Professor Frey refers to "Musgrove and Cooper's hypothesis," which is inaccurate; the hypothesis is Cooper's alone. My Preface to his article and the replies by Baicker-Chandra and by Skinner et al. was intended only to introduce the issues in contention. It does not take a stand for or against Cooper's reasoning. Cooper argues that more of both kinds of physicians per capita are good for health care quality, and the evidence supports that view. But this does not refute the original research by Baicker and Chandra, who showed that the existence of more specialists reduces quality, if it comes at the expense of having fewer general practitioners (GPs). These are two distinct questions: Cooper looks at each type of physician separately, whereas Baicker-Chandra hold constant the total number of doctors and consider the effect of substituting one kind for the other. Cooper's analysis actually agrees with theirs, since his own results show that the presence of more specialists has a much smaller (about one-tenth as large) effect on quality than the presence of more GPs has.

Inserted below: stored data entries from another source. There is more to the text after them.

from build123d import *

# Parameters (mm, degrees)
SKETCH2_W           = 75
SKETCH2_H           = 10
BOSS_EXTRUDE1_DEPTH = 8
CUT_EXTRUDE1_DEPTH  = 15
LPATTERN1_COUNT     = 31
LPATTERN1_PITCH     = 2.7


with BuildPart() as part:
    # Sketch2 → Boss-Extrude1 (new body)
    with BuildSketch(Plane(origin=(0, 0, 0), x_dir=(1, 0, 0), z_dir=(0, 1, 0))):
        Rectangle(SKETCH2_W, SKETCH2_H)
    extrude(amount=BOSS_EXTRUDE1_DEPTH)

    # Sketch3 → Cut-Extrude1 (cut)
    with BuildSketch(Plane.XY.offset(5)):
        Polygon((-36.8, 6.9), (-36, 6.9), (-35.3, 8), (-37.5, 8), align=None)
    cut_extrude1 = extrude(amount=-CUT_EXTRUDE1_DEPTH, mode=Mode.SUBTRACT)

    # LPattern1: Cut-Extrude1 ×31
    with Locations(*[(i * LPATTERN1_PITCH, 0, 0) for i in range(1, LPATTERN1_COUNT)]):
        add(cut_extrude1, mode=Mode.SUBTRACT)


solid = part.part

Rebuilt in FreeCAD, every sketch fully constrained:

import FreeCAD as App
import Part
import Sketcher

V = App.Vector


def add_polygon(sketch, points):
    """Adds a closed chain of lines whose ends are joined by coincident constraints."""
    first, n = sketch.GeometryCount, len(points)
    for a, b in zip(points, points[1:] + points[:1]):
        sketch.addGeometry(Part.LineSegment(App.Vector(*a, 0), App.Vector(*b, 0)), False)
    for i in range(n):
        sketch.addConstraint(Sketcher.Constraint("Coincident", first + i, 2, first + (i + 1) % n, 1))

doc = App.newDocument("Part")
body = doc.addObject("PartDesign::Body", "Body")

sketch1 = body.newObject("Sketcher::SketchObject", "Sketch")
sketch1.AttachmentSupport = (doc.getObject("XZ_Plane"), [""])
sketch1.MapMode = "FlatFace"
add_polygon(sketch1, [(-38, -5), (-38, 5), (38, 5), (38, -5)])
sketch1.addConstraint(Sketcher.Constraint("Vertical", 0))
sketch1.addConstraint(Sketcher.Constraint("Horizontal", 1))
sketch1.addConstraint(Sketcher.Constraint("Vertical", 2))
sketch1.addConstraint(Sketcher.Constraint("Horizontal", 3))
sketch1.addConstraint(Sketcher.Constraint("Symmetric", 0, 2, 2, 2, -1, 1))
sketch1.addConstraint(Sketcher.Constraint("DistanceX", 1, 1, 1, 2, 75.0))
sketch1.addConstraint(Sketcher.Constraint("DistanceY", 0, 1, 0, 2, 10.0))
pad1 = body.newObject("PartDesign::Pad", "Pad")
pad1.Profile = sketch1
pad1.Length = 8
pad1.Reversed = True

sketch2 = body.newObject("Sketcher::SketchObject", "Sketch001")
sketch2.AttachmentSupport = (doc.getObject("XY_Plane"), [""])
sketch2.MapMode = "FlatFace"
sketch2.AttachmentOffset = App.Placement(V(0, 0, 5), App.Rotation())
add_polygon(sketch2, [(-36.8, 6.9), (-36, 6.9), (-35.3, 8), (-37.5, 8)])
sketch2.addConstraint(Sketcher.Constraint("Horizontal", 0))
sketch2.addConstraint(Sketcher.Constraint("Horizontal", 2))
sketch2.addConstraint(Sketcher.Constraint("Equal", 1, 3))
sketch2.addConstraint(Sketcher.Constraint("DistanceX", 0, 1, 0, 2, 0.8))
sketch2.addConstraint(Sketcher.Constraint("DistanceX", 2, 2, 2, 1, 2.2))
sketch2.addConstraint(Sketcher.Constraint("DistanceX", 0, 2, -1, 1, 36.0))
sketch2.addConstraint(Sketcher.Constraint("DistanceY", -1, 1, 1, 2, 8.0))
sketch2.addConstraint(Sketcher.Constraint("DistanceY", -1, 1, 0, 2, 6.9))
pocket1 = body.newObject("PartDesign::Pocket", "Pocket")
pocket1.Profile = sketch2
pocket1.Length = 15
doc.recompute()

linearpattern = body.newObject("PartDesign::LinearPattern", "LinearPattern")
linearpattern.Originals = [pocket1]
linearpattern.Direction = (doc.getObject("X_Axis"), [""])
linearpattern.Mode = "offset"
linearpattern.Offset = 2.7
linearpattern.Occurrences = 31
body.Tip = linearpattern

doc.recompute()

Two further points are worth mention but were not covered in the Preface. First, while Cooper's main finding concerned the relation between numbers of doctors and quality of care, he also found large differences among states that are independent of that relation and depend on socioeconomic or cultural factors that merit closer study. Second, both his analysis and that of Baicker-Chandra are conducted at a very high level of aggregation (averages over entire states), whereas much more finely grained research on these relations has been done; by using each state's ranking on quality, both authors discard the cardinal information contained in the original quality data. Perhaps it is time to get beyond such relatively simple analyses.